I've got to agree with Lakeside on this one.  Now that I'm older, the risk vs. reward just isn't worth it.  Two back surgeries were enough for me.  I'll leave the big stuff for the young guys.


----------



## jetsam (Sep 22, 2017)

brenndatomu said:


> Rounds that size are my wood heat bread n butter...if I didn't take the big stuff no one else wants, I don't think I'd have the time to scrounge up enough otherwise...they don't bother me much having the tools/equipment to handle them for the most part though...would freeze or hafta pay the oil man!
> The biggest we have taken was the bottom section of a VERY large 200+ YO Maple that was taken down at a local school...a nearby store was going to have a chainsaw carver make some stuff out of it for them so the contractor that took the tree down left this trunk section behind...turned out is was hollow and couldn't be used. They couldn't get anybody to take it until we volunteered. We couldn't pick it up with a 5000# forklift...did manage to get it loaded onto a dump trailer with some creative maneuvering. Once home we set out to section it into rounds...most of it was doable due to the hollow center, but the areas that were solid clear through couldn't quite be cut off using a 36" bar on a Stihl 660...that's over 6' in diameter for those bad at math!
> Unfortunately I don't have pics of it anymore...



Wowee.   I have a couple crosscut saws that I use to get at middles of huge stuff, but I believe that tree would have been too big for even them.

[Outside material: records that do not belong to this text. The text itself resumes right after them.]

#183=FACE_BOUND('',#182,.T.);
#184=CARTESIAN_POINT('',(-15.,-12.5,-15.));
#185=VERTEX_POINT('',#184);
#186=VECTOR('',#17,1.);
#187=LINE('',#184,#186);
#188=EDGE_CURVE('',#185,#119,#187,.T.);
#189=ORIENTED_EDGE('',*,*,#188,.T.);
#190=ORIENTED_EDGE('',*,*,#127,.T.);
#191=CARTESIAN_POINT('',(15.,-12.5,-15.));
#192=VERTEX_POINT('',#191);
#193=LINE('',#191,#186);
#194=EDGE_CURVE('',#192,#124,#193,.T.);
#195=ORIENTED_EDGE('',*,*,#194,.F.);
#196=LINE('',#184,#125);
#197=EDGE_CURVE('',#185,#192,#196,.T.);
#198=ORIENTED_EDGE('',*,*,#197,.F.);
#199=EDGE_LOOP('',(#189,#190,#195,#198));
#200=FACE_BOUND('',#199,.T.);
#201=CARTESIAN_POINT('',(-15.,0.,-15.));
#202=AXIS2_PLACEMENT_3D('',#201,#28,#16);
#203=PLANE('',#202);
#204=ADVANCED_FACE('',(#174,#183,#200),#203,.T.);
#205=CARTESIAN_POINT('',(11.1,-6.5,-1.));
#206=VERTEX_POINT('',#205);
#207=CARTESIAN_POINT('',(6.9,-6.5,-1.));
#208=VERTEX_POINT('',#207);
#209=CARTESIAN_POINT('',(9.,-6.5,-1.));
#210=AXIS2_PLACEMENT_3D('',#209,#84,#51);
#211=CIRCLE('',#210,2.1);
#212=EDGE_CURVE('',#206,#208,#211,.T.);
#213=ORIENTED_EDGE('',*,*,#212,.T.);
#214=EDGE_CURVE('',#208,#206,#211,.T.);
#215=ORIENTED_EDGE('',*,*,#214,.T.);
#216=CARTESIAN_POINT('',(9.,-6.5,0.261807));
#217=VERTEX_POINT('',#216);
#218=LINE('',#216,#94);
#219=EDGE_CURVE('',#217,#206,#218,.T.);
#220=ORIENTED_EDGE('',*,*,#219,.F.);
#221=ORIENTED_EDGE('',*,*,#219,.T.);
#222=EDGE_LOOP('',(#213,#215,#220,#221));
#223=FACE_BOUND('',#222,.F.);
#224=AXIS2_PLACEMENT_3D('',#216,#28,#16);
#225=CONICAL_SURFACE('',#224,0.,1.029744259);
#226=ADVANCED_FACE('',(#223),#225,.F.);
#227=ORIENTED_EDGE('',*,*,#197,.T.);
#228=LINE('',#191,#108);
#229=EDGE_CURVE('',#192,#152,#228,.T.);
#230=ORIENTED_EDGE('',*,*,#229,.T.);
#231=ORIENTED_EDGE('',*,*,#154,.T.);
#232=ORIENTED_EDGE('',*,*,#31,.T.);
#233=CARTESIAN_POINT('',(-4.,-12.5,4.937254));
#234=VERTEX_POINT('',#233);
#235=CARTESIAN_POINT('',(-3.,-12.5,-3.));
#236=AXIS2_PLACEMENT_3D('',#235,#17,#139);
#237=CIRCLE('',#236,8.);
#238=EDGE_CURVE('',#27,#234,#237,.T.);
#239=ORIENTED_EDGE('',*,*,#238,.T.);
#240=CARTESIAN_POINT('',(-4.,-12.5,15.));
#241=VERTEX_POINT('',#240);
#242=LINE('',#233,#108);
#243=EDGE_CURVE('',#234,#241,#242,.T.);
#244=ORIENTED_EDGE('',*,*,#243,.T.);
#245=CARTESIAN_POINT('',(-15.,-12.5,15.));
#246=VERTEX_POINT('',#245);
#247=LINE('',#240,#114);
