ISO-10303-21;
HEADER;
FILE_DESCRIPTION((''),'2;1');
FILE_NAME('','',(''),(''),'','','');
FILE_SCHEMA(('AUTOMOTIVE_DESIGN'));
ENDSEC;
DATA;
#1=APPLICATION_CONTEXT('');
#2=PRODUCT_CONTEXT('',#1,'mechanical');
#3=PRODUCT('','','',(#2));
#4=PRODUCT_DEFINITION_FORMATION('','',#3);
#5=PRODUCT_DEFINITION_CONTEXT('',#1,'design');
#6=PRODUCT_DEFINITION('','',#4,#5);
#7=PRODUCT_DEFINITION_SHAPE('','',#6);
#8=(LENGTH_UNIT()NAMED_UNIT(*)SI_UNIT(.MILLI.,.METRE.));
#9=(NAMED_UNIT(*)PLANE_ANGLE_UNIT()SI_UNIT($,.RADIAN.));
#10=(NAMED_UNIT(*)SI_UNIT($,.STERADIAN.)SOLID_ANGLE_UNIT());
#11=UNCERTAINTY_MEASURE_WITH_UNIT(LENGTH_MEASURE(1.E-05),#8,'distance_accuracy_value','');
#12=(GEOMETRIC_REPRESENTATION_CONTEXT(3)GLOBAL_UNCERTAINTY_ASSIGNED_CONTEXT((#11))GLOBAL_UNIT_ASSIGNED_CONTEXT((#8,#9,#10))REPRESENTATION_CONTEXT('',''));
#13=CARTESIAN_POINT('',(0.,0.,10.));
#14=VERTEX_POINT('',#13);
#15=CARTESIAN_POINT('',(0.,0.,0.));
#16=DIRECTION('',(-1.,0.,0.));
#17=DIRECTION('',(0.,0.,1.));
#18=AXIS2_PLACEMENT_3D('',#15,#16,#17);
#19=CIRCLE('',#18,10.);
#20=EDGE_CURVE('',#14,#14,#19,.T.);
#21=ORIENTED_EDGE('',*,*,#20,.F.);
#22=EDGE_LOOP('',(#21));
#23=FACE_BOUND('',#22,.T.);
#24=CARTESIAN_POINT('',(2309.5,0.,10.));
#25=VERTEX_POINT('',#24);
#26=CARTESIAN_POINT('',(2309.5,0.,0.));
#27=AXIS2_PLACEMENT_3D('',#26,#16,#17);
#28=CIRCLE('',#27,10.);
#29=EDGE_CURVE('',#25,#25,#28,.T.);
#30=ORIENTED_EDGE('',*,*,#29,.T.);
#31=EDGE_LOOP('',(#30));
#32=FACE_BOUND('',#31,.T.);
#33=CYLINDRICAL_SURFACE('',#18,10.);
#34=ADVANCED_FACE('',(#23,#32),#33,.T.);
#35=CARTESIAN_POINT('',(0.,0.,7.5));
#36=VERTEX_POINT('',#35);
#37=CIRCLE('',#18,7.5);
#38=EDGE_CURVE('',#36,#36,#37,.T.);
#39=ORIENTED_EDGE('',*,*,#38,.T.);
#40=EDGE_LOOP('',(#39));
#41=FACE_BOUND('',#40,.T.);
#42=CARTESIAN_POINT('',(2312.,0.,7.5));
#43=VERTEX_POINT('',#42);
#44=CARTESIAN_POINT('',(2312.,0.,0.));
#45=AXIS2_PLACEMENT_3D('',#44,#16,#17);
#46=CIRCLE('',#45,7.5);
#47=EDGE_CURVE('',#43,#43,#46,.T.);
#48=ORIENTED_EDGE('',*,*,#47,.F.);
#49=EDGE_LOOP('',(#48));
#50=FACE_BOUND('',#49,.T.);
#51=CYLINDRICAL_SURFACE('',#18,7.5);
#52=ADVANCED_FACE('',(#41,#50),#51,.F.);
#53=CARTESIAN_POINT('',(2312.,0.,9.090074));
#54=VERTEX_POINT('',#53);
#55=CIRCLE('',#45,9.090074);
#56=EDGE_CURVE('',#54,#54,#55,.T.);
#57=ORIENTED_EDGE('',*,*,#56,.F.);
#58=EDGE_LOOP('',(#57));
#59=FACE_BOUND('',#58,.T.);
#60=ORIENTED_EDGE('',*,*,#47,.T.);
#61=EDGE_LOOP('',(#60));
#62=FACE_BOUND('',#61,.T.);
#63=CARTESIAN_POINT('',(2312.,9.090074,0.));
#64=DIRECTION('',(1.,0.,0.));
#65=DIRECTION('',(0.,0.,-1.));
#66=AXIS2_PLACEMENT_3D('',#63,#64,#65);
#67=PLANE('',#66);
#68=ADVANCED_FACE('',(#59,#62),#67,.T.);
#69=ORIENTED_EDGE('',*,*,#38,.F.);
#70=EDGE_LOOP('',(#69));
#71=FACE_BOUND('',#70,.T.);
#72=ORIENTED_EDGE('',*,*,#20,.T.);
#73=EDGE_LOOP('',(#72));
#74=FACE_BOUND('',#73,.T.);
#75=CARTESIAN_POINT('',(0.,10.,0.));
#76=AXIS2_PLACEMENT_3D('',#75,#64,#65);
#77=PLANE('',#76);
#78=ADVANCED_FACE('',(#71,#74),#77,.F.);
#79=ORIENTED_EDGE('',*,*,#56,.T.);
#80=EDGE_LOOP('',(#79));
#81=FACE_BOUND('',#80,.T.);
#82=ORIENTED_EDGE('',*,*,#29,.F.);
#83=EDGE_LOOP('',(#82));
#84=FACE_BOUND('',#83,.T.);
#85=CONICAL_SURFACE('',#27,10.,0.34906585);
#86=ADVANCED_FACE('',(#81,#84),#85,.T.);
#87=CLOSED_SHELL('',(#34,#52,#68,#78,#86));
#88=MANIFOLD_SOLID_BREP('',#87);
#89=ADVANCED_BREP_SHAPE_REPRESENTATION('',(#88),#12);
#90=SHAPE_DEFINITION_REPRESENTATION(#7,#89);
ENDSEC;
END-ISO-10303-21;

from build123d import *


with BuildPart() as part:
    # Sketch1 → Base-Revolve (revolve)
    with BuildSketch(Plane.XY):
        Polygon((0, 10), (0, 7.5), (2312, 7.5), (2312, 9.090074414), (2309.5, 10), align=None)
    revolve(axis=Axis((0, 0, 0), (1, 0, 0)))


solid = part.part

If you ever wonder how they came up with the idea for a chainsaw, cut a couple big rounds with an old crosscut saw and you will be enlightened.


----------



## WoodyIsGoody (Sep 22, 2017)

jetsam said:


> Wowee.   I have a couple crosscut saws that I use to get at middles of huge stuff, but I believe that tree would have been too big for even them.
> 
> If you ever wonder how they came up with the idea for a chainsaw, cut a couple big rounds with an old crosscut saw and you will be enlightened.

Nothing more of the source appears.